Only when Christ returns will our bodies be raised forever.

As we saw previously, although they differ on its timing, all the views on the millennium and rapture agree that Christ’s second coming will usher in the resurrection. In fact, Scripture clearly teaches that the bodies of all humans, believer and unbeliever alike, will be resurrected (John 5:28–29; Acts 24:15; Dan. 12:2). We know very little about the nature of the unbeliever’s resurrection, except that it will be a “resurrection of judgment” (John 5:29 NASB) that inexorably culminates in the second death (Rev. 20:5–6, 13–15). Scripture focuses attention on the resurrection of believers.
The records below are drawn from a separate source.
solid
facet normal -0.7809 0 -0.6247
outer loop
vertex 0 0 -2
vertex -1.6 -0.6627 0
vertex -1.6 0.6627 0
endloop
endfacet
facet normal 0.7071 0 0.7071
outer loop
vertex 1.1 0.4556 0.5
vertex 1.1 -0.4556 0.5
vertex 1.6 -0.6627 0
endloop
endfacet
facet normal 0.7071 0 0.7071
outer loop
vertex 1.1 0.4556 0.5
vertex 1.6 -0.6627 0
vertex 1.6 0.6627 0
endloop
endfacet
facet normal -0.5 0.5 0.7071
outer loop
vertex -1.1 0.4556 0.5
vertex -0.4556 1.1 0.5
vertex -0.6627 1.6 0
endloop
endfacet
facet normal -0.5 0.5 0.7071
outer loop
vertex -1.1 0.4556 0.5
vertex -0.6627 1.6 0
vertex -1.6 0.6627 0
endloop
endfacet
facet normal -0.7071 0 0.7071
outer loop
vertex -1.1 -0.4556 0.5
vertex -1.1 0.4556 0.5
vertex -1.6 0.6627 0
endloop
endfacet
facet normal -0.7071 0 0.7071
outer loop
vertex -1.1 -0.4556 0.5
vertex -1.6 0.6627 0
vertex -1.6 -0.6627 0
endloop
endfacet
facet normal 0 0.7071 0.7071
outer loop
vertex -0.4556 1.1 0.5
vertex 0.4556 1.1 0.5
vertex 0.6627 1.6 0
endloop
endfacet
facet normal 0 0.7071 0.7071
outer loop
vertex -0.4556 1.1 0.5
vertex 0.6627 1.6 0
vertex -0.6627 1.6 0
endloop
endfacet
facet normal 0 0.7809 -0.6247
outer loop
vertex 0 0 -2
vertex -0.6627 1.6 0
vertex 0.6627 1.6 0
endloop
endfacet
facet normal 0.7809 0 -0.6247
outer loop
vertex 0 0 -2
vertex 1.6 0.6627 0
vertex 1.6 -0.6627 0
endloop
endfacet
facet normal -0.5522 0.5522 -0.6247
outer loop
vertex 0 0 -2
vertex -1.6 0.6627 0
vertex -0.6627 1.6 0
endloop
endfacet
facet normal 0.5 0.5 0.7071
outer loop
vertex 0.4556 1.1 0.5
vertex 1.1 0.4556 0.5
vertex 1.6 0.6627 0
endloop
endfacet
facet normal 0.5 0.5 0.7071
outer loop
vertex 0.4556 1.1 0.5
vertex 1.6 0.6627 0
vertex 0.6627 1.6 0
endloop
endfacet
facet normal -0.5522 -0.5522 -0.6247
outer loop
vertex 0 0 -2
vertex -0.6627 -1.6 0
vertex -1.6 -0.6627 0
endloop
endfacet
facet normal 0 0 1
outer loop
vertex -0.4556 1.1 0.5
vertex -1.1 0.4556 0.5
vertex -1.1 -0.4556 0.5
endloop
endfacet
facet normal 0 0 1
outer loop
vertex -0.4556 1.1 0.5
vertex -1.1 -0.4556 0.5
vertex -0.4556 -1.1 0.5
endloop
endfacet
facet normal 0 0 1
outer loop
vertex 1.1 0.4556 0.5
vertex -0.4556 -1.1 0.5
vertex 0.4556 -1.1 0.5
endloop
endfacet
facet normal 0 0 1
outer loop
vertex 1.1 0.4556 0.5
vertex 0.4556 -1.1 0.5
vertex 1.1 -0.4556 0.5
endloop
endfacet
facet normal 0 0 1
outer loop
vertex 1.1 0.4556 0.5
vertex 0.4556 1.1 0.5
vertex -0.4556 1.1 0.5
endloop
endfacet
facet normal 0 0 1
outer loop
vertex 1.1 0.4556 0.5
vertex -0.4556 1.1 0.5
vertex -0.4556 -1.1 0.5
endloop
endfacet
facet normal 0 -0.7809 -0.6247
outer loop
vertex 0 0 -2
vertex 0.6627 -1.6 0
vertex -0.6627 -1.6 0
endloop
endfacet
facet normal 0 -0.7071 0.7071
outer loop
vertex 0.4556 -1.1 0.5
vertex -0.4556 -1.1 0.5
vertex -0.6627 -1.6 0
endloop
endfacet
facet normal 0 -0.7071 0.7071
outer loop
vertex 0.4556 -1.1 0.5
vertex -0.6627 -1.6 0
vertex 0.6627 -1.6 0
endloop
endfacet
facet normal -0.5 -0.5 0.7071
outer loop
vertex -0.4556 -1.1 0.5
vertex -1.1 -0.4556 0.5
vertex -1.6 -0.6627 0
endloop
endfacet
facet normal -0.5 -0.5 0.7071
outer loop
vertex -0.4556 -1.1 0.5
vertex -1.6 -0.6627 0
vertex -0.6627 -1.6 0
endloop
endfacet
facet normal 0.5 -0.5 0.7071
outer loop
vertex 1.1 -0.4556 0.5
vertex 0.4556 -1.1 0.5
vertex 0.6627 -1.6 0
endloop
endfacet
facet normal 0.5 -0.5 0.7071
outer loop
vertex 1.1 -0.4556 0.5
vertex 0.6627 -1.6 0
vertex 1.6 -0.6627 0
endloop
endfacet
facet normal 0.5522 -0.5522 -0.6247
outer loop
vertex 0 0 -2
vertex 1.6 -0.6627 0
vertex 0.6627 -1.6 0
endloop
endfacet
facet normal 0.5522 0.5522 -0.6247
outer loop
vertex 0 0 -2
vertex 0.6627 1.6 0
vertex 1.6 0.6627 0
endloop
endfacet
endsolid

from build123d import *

# Parameters (mm, degrees)
F1_DEPTH = 0.5
F2_SIZE2 = 0.49999
F2_SIZE  = 0.49999


# Not quite as in the source:
# - a fillet or chamfer is up to 0.001 mm smaller than in the source, because OpenCascade refuses the exact size


with BuildPart() as f1:
    # F0 (on Top) → F1 (new body)
    with BuildSketch(Plane.XY):
        Polygon((-1.6, 0.6627416998), (-1.6, -0.6627416998), (-0.6627416998, -1.6), (0.6627416998, -1.6), (1.6, -0.6627416998), (1.6, 0.6627416998), (0.6627416998, 1.6), (-0.6627416998, 1.6), align=None)
    extrude(amount=F1_DEPTH)

    # F2 (size 0.5 and 0.5 in the source; OpenCascade refuses exactly that, so slightly less here)
    f2_edges = [f1.edges().sort_by_distance(p)[0] for p in [
        (-1.131371, 1.131371, 0.5),
        (-1.6, 0, 0.5),
        (-1.131371, -1.131371, 0.5),
        (0, -1.6, 0.5),
        (1.131371, -1.131371, 0.5),
        (1.6, 0, 0.5),
        (1.131371, 1.131371, 0.5),
        (0, 1.6, 0.5),
    ]]
    chamfer(f2_edges, length=F2_SIZE, length2=F2_SIZE2)

    # F1_face (on face) → F5 section 0
    with BuildSketch(Plane(origin=(0, 0, 0), x_dir=(1, 0, 0), z_dir=(0, 0, -1)), mode=Mode.PRIVATE) as f5_s0:
        Polygon((-1.6, -0.6627416998), (-0.6627416998, -1.6), (0.6627416998, -1.6), (1.6, -0.6627416998), (1.6, 0.6627416998), (0.6627416998, 1.6), (-0.6627416998, 1.6), (-1.6, 0.6627416998), align=None)
    loft([f5_s0.sketch, Vertex(0, 0, -2)])


solid = f1.part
Christ will raise what remains of believers’ earthly bodies and transform them into bodies patterned after His own resurrected body (1 Cor. 15:22–23). What will the believer’s resurrected body be like? It will be imperishable, no longer subject to sickness, disease, aging, or decay (1 Cor. 15:42). It will be glorious, both flawless and beautiful to behold (1 Cor. 15:43). It will be powerful, no longer subject to our present weaknesses but enabled to do all that God calls us to do (1 Cor. 15:43). It will be a “spiritual body,” completely dominated by the Holy Spirit and no longer put to the service of sin (1 Cor. 15:44). By “spiritual,” Paul does not mean non-physical, for he stresses throughout 1 Corinthians 15 that our resurrected bodies will be physical, as is Jesus’. In short, our resurrected body will be perfectly suited for living forever in the eternal state, the new heaven and earth. The resurrection of believers marks the completion of God’s redeeming work in their lives, when they will finally be conformed to the image of Christ (Rom. 8:23, 28–30).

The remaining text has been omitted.